→ WORK TO COMPLETE: From the data below, copy exactly the lines that lie between the one holding "f 654 644 658" and the one holding "f 652 663 667", including both, and nothing more.

→ INFORMATION GIVEN:

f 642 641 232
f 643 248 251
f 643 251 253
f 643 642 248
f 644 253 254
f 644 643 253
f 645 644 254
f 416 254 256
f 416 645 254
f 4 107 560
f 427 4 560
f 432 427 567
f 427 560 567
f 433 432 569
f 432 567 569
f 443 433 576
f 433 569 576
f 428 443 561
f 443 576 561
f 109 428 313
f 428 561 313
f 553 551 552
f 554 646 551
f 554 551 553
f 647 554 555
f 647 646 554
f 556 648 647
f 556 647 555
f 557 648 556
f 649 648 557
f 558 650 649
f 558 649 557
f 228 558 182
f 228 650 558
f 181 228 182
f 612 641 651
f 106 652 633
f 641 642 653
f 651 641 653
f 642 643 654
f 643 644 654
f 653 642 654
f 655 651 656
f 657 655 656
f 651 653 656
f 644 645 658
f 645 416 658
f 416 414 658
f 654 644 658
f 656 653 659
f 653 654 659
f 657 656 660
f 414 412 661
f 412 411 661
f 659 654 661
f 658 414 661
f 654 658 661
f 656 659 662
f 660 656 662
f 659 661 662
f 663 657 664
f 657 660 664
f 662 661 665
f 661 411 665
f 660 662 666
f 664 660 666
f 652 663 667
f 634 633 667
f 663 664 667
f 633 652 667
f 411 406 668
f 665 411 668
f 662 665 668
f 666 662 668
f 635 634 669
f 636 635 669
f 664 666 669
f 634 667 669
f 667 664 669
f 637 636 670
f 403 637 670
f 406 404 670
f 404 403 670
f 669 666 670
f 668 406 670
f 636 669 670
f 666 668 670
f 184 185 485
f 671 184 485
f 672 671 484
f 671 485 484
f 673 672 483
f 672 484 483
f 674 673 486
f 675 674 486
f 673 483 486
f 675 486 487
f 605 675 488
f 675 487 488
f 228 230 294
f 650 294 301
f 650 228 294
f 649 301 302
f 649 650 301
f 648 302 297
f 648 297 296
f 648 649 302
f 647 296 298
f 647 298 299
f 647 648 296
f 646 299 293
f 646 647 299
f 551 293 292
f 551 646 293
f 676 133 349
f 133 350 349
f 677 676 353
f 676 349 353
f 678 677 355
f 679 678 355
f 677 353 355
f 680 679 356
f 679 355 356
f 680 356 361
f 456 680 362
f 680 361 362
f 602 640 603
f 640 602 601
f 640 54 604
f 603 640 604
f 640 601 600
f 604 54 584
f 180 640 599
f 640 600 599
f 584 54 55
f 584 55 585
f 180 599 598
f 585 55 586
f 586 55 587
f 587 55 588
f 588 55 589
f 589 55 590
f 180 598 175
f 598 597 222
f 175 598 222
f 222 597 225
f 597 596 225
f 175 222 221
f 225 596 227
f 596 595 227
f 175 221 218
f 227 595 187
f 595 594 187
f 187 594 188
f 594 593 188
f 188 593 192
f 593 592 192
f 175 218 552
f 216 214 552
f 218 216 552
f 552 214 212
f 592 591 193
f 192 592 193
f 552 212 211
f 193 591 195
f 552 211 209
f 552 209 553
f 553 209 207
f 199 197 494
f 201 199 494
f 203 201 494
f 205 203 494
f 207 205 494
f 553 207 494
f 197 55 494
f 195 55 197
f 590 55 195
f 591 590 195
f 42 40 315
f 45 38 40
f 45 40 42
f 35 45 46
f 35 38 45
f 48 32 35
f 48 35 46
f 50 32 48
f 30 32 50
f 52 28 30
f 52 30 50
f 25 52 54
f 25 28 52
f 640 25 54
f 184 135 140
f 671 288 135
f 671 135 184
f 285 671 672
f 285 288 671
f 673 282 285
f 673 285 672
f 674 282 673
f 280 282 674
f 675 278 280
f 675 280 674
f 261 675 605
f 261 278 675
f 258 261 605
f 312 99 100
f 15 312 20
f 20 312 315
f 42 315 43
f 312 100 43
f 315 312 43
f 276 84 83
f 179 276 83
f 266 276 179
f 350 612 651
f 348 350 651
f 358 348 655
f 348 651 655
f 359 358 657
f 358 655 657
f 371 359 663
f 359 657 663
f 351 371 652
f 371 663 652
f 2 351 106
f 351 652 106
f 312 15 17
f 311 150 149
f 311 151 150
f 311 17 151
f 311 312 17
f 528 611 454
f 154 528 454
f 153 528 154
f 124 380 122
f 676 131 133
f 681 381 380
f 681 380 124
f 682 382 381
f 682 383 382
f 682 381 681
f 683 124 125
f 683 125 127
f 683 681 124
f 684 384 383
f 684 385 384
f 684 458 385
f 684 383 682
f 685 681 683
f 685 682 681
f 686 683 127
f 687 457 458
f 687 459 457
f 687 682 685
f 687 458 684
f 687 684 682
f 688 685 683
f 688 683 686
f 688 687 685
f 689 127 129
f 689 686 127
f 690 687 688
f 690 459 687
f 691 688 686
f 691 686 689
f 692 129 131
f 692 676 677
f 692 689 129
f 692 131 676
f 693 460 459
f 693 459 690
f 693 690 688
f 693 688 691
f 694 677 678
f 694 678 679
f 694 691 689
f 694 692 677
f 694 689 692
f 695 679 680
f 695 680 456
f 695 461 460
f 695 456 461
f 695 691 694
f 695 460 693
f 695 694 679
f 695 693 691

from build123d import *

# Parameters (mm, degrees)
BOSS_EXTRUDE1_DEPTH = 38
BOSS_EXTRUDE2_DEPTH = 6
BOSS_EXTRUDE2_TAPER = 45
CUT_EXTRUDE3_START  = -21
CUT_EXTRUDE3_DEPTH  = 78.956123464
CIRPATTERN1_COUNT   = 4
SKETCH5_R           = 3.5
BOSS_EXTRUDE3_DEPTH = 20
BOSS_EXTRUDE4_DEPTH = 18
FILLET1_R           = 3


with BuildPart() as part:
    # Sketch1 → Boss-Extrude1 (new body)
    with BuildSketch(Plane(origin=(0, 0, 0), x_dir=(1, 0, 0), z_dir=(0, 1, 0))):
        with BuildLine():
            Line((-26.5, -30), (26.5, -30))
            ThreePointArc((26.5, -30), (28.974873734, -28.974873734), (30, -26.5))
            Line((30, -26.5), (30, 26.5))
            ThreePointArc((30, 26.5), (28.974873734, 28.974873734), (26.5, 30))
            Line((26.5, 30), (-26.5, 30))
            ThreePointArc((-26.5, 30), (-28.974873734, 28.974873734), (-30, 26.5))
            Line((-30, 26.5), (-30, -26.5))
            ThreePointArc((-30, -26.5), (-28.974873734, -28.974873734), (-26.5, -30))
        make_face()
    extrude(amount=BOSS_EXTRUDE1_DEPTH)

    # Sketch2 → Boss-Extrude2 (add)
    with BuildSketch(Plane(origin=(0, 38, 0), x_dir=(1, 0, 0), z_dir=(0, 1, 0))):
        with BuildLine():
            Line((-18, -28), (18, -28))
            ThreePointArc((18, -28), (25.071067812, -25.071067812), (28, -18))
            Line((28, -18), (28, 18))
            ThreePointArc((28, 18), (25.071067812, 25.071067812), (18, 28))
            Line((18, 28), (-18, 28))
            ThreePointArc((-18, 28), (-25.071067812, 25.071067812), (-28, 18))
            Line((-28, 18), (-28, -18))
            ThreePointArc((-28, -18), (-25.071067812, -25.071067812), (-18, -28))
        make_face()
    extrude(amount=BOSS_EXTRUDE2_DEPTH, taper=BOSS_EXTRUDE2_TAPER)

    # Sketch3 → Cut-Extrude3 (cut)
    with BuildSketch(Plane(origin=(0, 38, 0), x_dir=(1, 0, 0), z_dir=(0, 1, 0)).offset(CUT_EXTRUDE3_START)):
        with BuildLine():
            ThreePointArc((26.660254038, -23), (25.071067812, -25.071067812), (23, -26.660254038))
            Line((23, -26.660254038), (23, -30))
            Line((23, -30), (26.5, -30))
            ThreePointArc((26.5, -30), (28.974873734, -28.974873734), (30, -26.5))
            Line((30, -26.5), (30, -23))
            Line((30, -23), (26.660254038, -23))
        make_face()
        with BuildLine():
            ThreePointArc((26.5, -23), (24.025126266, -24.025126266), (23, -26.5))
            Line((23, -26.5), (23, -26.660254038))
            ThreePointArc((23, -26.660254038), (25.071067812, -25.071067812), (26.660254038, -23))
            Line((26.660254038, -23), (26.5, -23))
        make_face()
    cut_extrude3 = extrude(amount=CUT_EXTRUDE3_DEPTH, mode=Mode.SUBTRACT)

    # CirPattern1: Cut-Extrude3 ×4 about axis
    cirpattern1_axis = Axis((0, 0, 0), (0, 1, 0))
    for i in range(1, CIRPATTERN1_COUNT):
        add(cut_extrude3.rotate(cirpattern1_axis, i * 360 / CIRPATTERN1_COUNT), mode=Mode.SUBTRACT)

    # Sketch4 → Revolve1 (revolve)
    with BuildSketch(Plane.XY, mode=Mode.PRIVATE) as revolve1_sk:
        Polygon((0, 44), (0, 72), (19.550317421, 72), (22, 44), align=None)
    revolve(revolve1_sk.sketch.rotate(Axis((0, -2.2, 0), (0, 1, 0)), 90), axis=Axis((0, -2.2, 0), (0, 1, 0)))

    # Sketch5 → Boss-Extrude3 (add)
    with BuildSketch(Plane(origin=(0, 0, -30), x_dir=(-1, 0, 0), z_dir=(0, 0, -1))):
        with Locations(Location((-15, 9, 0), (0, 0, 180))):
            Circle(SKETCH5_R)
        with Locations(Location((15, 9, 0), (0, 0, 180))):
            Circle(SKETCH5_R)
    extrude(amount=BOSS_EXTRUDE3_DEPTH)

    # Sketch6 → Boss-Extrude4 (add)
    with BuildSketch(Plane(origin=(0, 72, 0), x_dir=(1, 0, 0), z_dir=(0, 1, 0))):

→ SOLUTION BELOW:
f 654 644 658
f 656 653 659
f 653 654 659
f 657 656 660
f 414 412 661
f 412 411 661
f 659 654 661
f 658 414 661
f 654 658 661
f 656 659 662
f 660 656 662
f 659 661 662
f 663 657 664
f 657 660 664
f 662 661 665
f 661 411 665
f 660 662 666
f 664 660 666
f 652 663 667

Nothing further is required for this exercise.